If you find you'd like to learn more, see iOS App Development Essential Training, Foundations of Programming: Fundamentals, or any of the other programming courses in our library.
I mentioned earlier that there are primitive and pointer variables. We've already talked about primitive variables which are numbers and true or false values generally. Pointer values apply to pretty much anything else including text. So, let's look at how pointer works. In our project, under Programming Basics, I'm working in view controller dot m, so single-click on that file to work on the same file that I'm working in. In the view did load function, right under the comment, I'm going to create a string variable.
A string is a text value. In objective C, a string is created by typing NSString. Now the first three letters are capitalized. As I type NSS, I see that NSString is highlighted in the codentine window. So I'm going to press return on my keyboard to complete that code for me. After that I'm going to type a space, and then I'm going to type an asterisk and the name of my variable, which will be called name. Now I'll set a value to my variable using an equal sign.
Setting a value to an NSString valuable requires quotes and an at symbol. So first we type the at symbol. And then when I type that you'll see that NSString is highlighted in my code. Now if it's not highlighted, you can just type an at symbol and two quotes. Now I'm going to press return on my keyboard to have Xcode auto complete that for me. Now inside of the quotes, we type what is called our string. Again, a string can be a text value that contains letters, numbers and special characters.

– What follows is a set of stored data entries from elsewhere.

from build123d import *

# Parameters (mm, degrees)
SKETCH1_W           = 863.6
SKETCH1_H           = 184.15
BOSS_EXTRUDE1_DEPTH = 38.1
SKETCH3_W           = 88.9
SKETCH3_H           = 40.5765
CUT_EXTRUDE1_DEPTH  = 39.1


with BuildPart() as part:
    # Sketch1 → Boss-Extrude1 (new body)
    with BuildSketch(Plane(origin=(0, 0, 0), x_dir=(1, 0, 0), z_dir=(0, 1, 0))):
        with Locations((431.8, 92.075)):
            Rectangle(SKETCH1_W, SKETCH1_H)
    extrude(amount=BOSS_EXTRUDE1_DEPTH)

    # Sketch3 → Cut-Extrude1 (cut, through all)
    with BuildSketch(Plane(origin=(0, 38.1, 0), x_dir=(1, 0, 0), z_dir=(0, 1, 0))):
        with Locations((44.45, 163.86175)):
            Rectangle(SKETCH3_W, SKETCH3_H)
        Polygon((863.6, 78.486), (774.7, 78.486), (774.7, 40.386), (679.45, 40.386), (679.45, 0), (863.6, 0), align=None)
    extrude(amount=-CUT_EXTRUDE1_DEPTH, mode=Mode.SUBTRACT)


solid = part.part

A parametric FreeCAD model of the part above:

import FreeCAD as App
import Part
import Sketcher

V = App.Vector
Q = App.Units.Quantity


def add_polygon(sketch, points):
    """Adds a closed chain of lines whose ends are joined by coincident constraints."""
    first, n = sketch.GeometryCount, len(points)
    for a, b in zip(points, points[1:] + points[:1]):
        sketch.addGeometry(Part.LineSegment(App.Vector(*a, 0), App.Vector(*b, 0)), False)
    for i in range(n):
        sketch.addConstraint(Sketcher.Constraint("Coincident", first + i, 2, first + (i + 1) % n, 1))

doc = App.newDocument("Part")
params = doc.addObject("Spreadsheet::Sheet", "Params")
for row, (alias, value) in enumerate([
    ("sketch1_width", "34 in"),
    ("sketch1_height", "7.25 in"),
    ("pad1_length", "1.5 in"),
    ("sketch2_width", "3.5 in"),
    ("sketch2_height", "1.5 in"),
    ("sketch2_width2", "3.75 in"),
    ("sketch2_height2", "1.59 in"),
], start=1):
    params.set(f"A{row}", alias)
    params.set(f"B{row}", "=" + value)
    params.setAlias(f"B{row}", alias)

body = doc.addObject("PartDesign::Body", "Body")

sketch1 = body.newObject("Sketcher::SketchObject", "Sketch")
sketch1.AttachmentSupport = (doc.getObject("XZ_Plane"), [""])
sketch1.MapMode = "FlatFace"
add_polygon(sketch1, [(0, -184), (0, 0), (864, 0), (864, -184)])
sketch1.addConstraint([
    Sketcher.Constraint("Vertical", 0),
    Sketcher.Constraint("Horizontal", 1),
    Sketcher.Constraint("Vertical", 2),
    Sketcher.Constraint("Horizontal", 3),
    Sketcher.Constraint("Coincident", 0, 2, -1, 1),
    Sketcher.Constraint("DistanceX", 1, 1, 1, 2, Q("34 in")),
    Sketcher.Constraint("DistanceY", 0, 1, 0, 2, Q("7.25 in")),
])
sketch1.setExpression("Constraints[9]", "Params.sketch1_width")
sketch1.setExpression("Constraints[10]", "Params.sketch1_height")
pad1 = body.newObject("PartDesign::Pad", "Pad")
pad1.Profile = sketch1
pad1.setExpression("Length", "Params.pad1_length")
pad1.Reversed = True

sketch2 = body.newObject("Sketcher::SketchObject", "Sketch001")
sketch2.AttachmentSupport = (doc.getObject("XZ_Plane"), [""])
sketch2.MapMode = "FlatFace"
sketch2.AttachmentOffset = App.Placement(V(0, 0, -1.5 * 25.4), App.Rotation())
add_polygon(sketch2, [(0, -184), (0, -144), (89, -144), (89, -184)])
add_polygon(sketch2, [(864, -78), (775, -78), (775, -40), (679, -40), (679, 0), (864, 0)])
sketch2.addConstraint([
    Sketcher.Constraint("Vertical", 0),
    Sketcher.Constraint("Horizontal", 1),
    Sketcher.Constraint("Vertical", 2),
    Sketcher.Constraint("Horizontal", 3),
    Sketcher.Constraint("Horizontal", 4),
    Sketcher.Constraint("Vertical", 5),
    Sketcher.Constraint("Horizontal", 6),
    Sketcher.Constraint("Vertical", 7),
    Sketcher.Constraint("Horizontal", 8),
    Sketcher.Constraint("Vertical", 9),
    Sketcher.Constraint("PointOnObject", 0, 2, -2),
    Sketcher.Constraint("PointOnObject", 7, 2, -1),
    Sketcher.Constraint("Equal", 3, 4),
    Sketcher.Constraint("DistanceX", 1, 1, 1, 2, Q("3.5 in")),
    Sketcher.Constraint("DistanceY", 5, 1, 5, 2, Q("1.5 in")),
    Sketcher.Constraint("DistanceX", -1, 1, 8, 2, Q("34 in")),
    Sketcher.Constraint("DistanceX", 6, 2, 6, 1, Q("3.75 in")),
    Sketcher.Constraint("DistanceY", 7, 1, 7, 2, Q("1.59 in")),
    Sketcher.Constraint("DistanceY", 2, 2, -1, 1, Q("7.25 in")),
    Sketcher.Constraint("DistanceY", 0, 1, 0, 2, Q("1.5975 in")),
])
sketch2.setExpression("Constraints[23]", "Params.sketch2_width")
sketch2.setExpression("Constraints[24]", "Params.sketch2_height")
sketch2.setExpression("Constraints[26]", "Params.sketch2_width2")
sketch2.setExpression("Constraints[27]", "Params.sketch2_height2")
pocket1 = body.newObject("PartDesign::Pocket", "Pocket")
pocket1.Profile = sketch2
pocket1.Type = "ThroughAll"
pocket1.Reversed = True

doc.recompute()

So my name is Todd, so I'm going to type Todd in here. And after the final quote, I'm going to type a semi colon. So I've created a variable. The type of variable is NSString. The name of the variable is name. The only thing really different between a pointer, and another type of variable is this asterisk. In other words when you create it, you use an asterisk before the variable name. Then we set the value of the NSString using the at symbol, and we put the value in quotes.

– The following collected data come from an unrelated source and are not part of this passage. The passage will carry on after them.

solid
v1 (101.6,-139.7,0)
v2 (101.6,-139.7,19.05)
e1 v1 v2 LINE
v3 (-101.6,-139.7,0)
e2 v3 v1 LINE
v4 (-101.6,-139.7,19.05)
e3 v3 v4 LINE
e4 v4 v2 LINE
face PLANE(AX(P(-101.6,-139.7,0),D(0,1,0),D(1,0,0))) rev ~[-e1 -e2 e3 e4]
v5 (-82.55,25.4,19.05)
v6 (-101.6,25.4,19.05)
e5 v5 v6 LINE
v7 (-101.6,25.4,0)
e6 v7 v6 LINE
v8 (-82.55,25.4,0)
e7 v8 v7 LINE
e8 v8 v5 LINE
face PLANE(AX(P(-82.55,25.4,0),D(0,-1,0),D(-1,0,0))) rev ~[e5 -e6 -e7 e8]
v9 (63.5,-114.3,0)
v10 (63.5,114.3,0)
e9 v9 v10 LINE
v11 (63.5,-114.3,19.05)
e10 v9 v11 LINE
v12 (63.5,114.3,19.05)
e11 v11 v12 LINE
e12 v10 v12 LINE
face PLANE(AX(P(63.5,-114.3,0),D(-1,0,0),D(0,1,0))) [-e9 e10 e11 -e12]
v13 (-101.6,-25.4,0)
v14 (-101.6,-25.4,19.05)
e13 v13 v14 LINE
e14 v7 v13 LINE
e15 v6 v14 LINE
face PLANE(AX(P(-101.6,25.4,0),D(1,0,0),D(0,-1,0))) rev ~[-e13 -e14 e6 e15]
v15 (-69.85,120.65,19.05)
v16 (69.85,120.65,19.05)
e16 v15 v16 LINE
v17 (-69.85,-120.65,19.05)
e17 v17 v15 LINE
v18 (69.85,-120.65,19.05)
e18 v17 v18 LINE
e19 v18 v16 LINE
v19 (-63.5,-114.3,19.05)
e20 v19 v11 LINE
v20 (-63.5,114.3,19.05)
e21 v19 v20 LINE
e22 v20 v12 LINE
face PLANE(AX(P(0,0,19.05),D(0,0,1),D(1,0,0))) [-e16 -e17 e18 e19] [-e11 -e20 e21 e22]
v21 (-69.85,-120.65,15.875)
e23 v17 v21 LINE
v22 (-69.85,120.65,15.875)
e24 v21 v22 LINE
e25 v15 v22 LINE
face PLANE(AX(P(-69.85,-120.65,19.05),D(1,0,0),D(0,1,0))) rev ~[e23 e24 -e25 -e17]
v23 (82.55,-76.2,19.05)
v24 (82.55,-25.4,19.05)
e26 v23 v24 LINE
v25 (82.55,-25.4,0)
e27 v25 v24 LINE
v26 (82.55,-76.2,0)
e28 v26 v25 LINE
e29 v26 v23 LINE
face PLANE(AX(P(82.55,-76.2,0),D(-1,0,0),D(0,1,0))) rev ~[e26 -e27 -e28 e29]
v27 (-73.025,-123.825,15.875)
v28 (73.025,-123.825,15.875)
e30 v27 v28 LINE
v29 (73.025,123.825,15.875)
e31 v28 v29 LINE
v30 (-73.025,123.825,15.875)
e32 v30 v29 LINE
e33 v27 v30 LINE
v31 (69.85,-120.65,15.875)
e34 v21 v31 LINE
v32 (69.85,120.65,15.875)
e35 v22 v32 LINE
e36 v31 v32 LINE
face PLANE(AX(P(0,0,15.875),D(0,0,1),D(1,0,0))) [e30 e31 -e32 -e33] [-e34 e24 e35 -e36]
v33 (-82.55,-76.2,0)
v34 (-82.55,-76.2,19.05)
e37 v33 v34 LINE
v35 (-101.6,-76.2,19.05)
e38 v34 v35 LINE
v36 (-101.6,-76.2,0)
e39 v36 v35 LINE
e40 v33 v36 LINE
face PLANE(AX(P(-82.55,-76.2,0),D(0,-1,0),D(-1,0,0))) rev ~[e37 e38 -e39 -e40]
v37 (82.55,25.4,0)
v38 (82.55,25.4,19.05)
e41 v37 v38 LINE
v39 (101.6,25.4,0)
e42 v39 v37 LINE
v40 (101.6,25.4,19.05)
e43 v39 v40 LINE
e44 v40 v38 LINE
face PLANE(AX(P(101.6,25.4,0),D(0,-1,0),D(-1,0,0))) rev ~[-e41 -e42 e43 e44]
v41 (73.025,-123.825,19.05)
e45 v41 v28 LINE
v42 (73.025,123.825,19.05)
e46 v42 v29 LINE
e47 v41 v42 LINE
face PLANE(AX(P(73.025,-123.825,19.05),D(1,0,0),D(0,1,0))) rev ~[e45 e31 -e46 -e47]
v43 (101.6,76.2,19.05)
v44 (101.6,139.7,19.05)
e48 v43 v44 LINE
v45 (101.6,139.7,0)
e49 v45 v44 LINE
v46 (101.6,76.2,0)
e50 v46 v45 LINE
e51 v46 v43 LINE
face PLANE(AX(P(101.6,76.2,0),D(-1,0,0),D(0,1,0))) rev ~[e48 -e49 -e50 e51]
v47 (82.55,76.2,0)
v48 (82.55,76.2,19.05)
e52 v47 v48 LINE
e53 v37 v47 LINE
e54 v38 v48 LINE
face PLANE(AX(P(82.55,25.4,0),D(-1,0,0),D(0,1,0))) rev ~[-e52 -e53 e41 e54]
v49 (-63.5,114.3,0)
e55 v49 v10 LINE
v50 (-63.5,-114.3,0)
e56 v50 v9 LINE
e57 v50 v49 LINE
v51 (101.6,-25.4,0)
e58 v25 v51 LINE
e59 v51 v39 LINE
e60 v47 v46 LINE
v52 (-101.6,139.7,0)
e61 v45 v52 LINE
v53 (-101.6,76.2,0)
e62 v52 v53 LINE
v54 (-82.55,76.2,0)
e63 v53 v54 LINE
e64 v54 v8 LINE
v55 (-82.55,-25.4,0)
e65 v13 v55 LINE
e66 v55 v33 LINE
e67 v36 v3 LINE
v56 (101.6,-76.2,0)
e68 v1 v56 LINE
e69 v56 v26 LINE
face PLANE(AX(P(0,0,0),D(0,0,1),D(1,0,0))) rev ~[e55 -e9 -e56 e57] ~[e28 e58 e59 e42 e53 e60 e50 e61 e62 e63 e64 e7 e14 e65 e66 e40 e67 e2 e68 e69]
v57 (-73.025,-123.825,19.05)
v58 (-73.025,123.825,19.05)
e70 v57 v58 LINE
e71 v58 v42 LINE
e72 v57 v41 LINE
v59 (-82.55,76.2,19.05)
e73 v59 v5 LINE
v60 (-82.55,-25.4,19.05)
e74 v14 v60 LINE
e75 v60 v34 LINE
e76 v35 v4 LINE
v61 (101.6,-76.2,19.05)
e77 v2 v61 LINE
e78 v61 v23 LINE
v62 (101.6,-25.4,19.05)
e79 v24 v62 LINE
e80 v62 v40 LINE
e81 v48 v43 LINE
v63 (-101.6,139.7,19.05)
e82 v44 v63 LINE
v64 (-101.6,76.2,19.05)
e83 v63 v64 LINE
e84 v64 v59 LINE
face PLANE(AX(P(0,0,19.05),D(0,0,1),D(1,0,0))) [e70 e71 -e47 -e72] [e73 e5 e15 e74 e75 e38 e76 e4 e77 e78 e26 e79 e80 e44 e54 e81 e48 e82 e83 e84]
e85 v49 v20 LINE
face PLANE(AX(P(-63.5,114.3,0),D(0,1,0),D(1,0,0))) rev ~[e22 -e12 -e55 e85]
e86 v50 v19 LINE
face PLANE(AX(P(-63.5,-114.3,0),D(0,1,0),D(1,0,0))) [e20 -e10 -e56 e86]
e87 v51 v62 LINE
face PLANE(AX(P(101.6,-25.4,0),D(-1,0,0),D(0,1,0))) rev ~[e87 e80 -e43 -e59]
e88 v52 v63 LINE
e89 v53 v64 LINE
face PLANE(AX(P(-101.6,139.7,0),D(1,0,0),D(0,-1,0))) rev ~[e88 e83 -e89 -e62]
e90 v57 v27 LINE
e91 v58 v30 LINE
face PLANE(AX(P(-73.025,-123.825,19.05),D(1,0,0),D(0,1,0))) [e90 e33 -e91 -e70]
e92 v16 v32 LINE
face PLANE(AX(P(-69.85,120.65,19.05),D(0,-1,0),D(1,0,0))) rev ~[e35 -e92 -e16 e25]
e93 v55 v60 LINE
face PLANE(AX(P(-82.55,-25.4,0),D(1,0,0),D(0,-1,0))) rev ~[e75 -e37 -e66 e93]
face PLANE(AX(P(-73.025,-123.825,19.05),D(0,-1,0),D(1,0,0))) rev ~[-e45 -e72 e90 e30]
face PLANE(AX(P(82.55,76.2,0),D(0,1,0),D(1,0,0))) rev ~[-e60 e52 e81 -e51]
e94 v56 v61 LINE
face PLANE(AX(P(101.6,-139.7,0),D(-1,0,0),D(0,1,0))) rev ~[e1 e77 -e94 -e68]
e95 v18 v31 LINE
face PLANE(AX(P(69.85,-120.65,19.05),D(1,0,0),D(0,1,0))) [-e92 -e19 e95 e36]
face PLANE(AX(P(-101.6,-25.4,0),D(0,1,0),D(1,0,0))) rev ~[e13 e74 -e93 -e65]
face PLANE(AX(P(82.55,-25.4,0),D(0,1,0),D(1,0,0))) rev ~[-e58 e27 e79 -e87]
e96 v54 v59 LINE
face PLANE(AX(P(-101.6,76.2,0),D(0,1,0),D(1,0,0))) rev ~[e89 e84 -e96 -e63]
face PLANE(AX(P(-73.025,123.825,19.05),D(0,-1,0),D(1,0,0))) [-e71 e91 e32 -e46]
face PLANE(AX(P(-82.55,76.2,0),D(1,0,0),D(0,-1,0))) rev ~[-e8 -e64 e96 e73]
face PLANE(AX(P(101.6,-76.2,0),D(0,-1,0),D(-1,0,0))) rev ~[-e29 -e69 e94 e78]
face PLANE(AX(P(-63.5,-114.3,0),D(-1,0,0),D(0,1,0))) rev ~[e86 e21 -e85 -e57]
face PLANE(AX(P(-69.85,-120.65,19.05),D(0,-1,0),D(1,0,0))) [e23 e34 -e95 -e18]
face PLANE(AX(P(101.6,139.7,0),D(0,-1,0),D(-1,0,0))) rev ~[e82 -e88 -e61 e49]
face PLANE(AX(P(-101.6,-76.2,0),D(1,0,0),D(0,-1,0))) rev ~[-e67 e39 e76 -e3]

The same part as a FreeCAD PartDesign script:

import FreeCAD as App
import Part
import Sketcher
from FreeCAD import Vector
Q = App.Units.Quantity

doc = App.newDocument("Part")
body = doc.addObject("PartDesign::Body", "Body")

sketch1 = doc.addObject("Sketcher::SketchObject", "Sketch")
body.addObject(sketch1)
sketch1.AttachmentSupport = (doc.XY_Plane, [""])
sketch1.MapMode = "FlatFace"
sketch1.addGeometry([
    Part.LineSegment(Vector(102, 140, 0), Vector(-102, 140, 0)),
    Part.LineSegment(Vector(-102, 140, 0), Vector(-102, 76, 0)),
    Part.LineSegment(Vector(-102, 76, 0), Vector(-83, 76, 0)),
    Part.LineSegment(Vector(-83, 76, 0), Vector(-83, 25, 0)),
    Part.LineSegment(Vector(-83, 25, 0), Vector(-102, 25, 0)),
    Part.LineSegment(Vector(-102, 25, 0), Vector(-102, -25, 0)),
    Part.LineSegment(Vector(-102, -25, 0), Vector(-83, -25, 0)),
    Part.LineSegment(Vector(-83, -25, 0), Vector(-83, -76, 0)),
    Part.LineSegment(Vector(-83, -76, 0), Vector(-102, -76, 0)),
    Part.LineSegment(Vector(-102, -76, 0), Vector(-102, -140, 0)),
    Part.LineSegment(Vector(-102, -140, 0), Vector(102, -140, 0)),
    Part.LineSegment(Vector(102, -140, 0), Vector(102, -76, 0)),
    Part.LineSegment(Vector(102, -76, 0), Vector(83, -76, 0)),
    Part.LineSegment(Vector(83, -76, 0), Vector(83, -25, 0)),
    Part.LineSegment(Vector(83, -25, 0), Vector(102, -25, 0)),
    Part.LineSegment(Vector(102, -25, 0), Vector(102, 25, 0)),
    Part.LineSegment(Vector(102, 25, 0), Vector(83, 25, 0)),
    Part.LineSegment(Vector(83, 25, 0), Vector(83, 76, 0)),
    Part.LineSegment(Vector(83, 76, 0), Vector(102, 76, 0)),
    Part.LineSegment(Vector(102, 76, 0), Vector(102, 140, 0)),
    Part.LineSegment(Vector(64, -114, 0), Vector(-64, -114, 0)),
    Part.LineSegment(Vector(-64, -114, 0), Vector(-64, 114, 0)),
    Part.LineSegment(Vector(-64, 114, 0), Vector(64, 114, 0)),
    Part.LineSegment(Vector(64, 114, 0), Vector(64, -114, 0)),
], False)
sketch1.addConstraint([
    Sketcher.Constraint("Coincident", 0, 2, 1, 1),
    Sketcher.Constraint("Coincident", 1, 2, 2, 1),
    Sketcher.Constraint("Coincident", 2, 2, 3, 1),
    Sketcher.Constraint("Coincident", 3, 2, 4, 1),
    Sketcher.Constraint("Coincident", 4, 2, 5, 1),
    Sketcher.Constraint("Coincident", 5, 2, 6, 1),
    Sketcher.Constraint("Coincident", 6, 2, 7, 1),
    Sketcher.Constraint("Coincident", 7, 2, 8, 1),
    Sketcher.Constraint("Coincident", 8, 2, 9, 1),
    Sketcher.Constraint("Coincident", 9, 2, 10, 1),
    Sketcher.Constraint("Coincident", 10, 2, 11, 1),
    Sketcher.Constraint("Coincident", 11, 2, 12, 1),
    Sketcher.Constraint("Coincident", 12, 2, 13, 1),
    Sketcher.Constraint("Coincident", 13, 2, 14, 1),
    Sketcher.Constraint("Coincident", 14, 2, 15, 1),
    Sketcher.Constraint("Coincident", 15, 2, 16, 1),
    Sketcher.Constraint("Coincident", 16, 2, 17, 1),
    Sketcher.Constraint("Coincident", 17, 2, 18, 1),
    Sketcher.Constraint("Coincident", 18, 2, 19, 1),
    Sketcher.Constraint("Coincident", 19, 2, 0, 1),
    Sketcher.Constraint("Coincident", 20, 2, 21, 1),
    Sketcher.Constraint("Coincident", 21, 2, 22, 1),
    Sketcher.Constraint("Coincident", 22, 2, 23, 1),
    Sketcher.Constraint("Coincident", 23, 2, 20, 1),
    Sketcher.Constraint("Horizontal", 0),
    Sketcher.Constraint("Vertical", 1),
    Sketcher.Constraint("Horizontal", 2),
    Sketcher.Constraint("Vertical", 3),
    Sketcher.Constraint("Horizontal", 4),
    Sketcher.Constraint("Vertical", 5),
    Sketcher.Constraint("Horizontal", 6),
    Sketcher.Constraint("Vertical", 7),
    Sketcher.Constraint("Horizontal", 8),
    Sketcher.Constraint("Vertical", 9),
    Sketcher.Constraint("Horizontal", 10),
    Sketcher.Constraint("Vertical", 11),
    Sketcher.Constraint("Horizontal", 12),
    Sketcher.Constraint("Vertical", 13),
    Sketcher.Constraint("Horizontal", 14),
    Sketcher.Constraint("Vertical", 15),
    Sketcher.Constraint("Horizontal", 16),
    Sketcher.Constraint("Vertical", 17),
    Sketcher.Constraint("Horizontal", 18),
    Sketcher.Constraint("Vertical", 19),
    Sketcher.Constraint("Horizontal", 20),
    Sketcher.Constraint("Vertical", 21),
    Sketcher.Constraint("Horizontal", 22),
    Sketcher.Constraint("Vertical", 23),
    Sketcher.Constraint("Symmetric", 0, 2, 10, 2, -1, 1),
    Sketcher.Constraint("Symmetric", 2, 2, 12, 2, -1, 1),
    Sketcher.Constraint("Symmetric", 4, 2, 14, 2, -1, 1),
    Sketcher.Constraint("Symmetric", 6, 2, 16, 2, -1, 1),
    Sketcher.Constraint("Symmetric", 8, 2, 18, 2, -1, 1),
    Sketcher.Constraint("Symmetric", 20, 2, 22, 2, -1, 1),
    Sketcher.Constraint("Symmetric", 8, 2, 11, 2, -2),
    Sketcher.Constraint("Symmetric", 6, 2, 13, 2, -2),
    Sketcher.Constraint("Vertical", 1, 2, 4, 2),
    Sketcher.Constraint("Equal", 3, 5),
    Sketcher.Constraint("DistanceX", 0, 2, 0, 1, Q("8 in")),
    Sketcher.Constraint("DistanceX", 20, 2, 20, 1, Q("5 in")),
    Sketcher.Constraint("DistanceY", 3, 2, 3, 1, Q("2 in")),
    Sketcher.Constraint("DistanceY", 21, 1, 21, 2, Q("9 in")),
    Sketcher.Constraint("DistanceY", 1, 2, 1, 1, Q("2.5 in")),
    Sketcher.Constraint("DistanceX", 2, 1, 2, 2, Q("0.75 in")),
])
pad1 = doc.addObject("PartDesign::Pad", "Pad")
body.addObject(pad1)
pad1.Profile = sketch1
pad1.Length = Q("0.75 in")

Now let's say we wanted to check to see if we wrote this variable right. Just like we did with our integer variable, we can test the value of our string variable in an NSLog statement. So I'm going to type NSLog, and when it gets highlighted in the code-hinting window, I'm going to press return and then I'm going to type at symbol and some quotes and inside of the quotes my name is and a space. And now we want to put a placeholder for our name variable. For our integer variable the placeholder was percent I.
The placeholder for a NSString variable is percent and instead of I, it's an at symbol. And just like we did with the integer variable after the closed quote, which I have a comma, and then the name of the variable. Which in this case is name. After the closed parentheses, I'm going to add a semicolon and then I'll run the application in IOS simulator. So in the output window, I now see, my name is Todd. I'll click the stop button, close the simulator.
And just like with our integer variable, that placeholder is replaced by the value of the variable when the code runs. Remember, you can overwrite the value of a variable if you change its value on a later line. So if I go to the end of line 21 and go to the next line and type Name, this time we don't need the asterisk, because we've already declared the variable, equals, and then an NSString, which is an at in quotes. And in the quotes, I change my name, say I want to be named Barry.
Then, I just type that. Again, don't forget the semicolon. Run the code and then you'll my name is Barry in the output window. I'll close the simulator. So, primitive variables are the basic numbers' true or false values. Pretty much everything else is a pointer variable, and requires an asterisk when you create it. If you want to log the value of an NSString variable, when you use the NSLog statement, use the percent at symbol placeholder.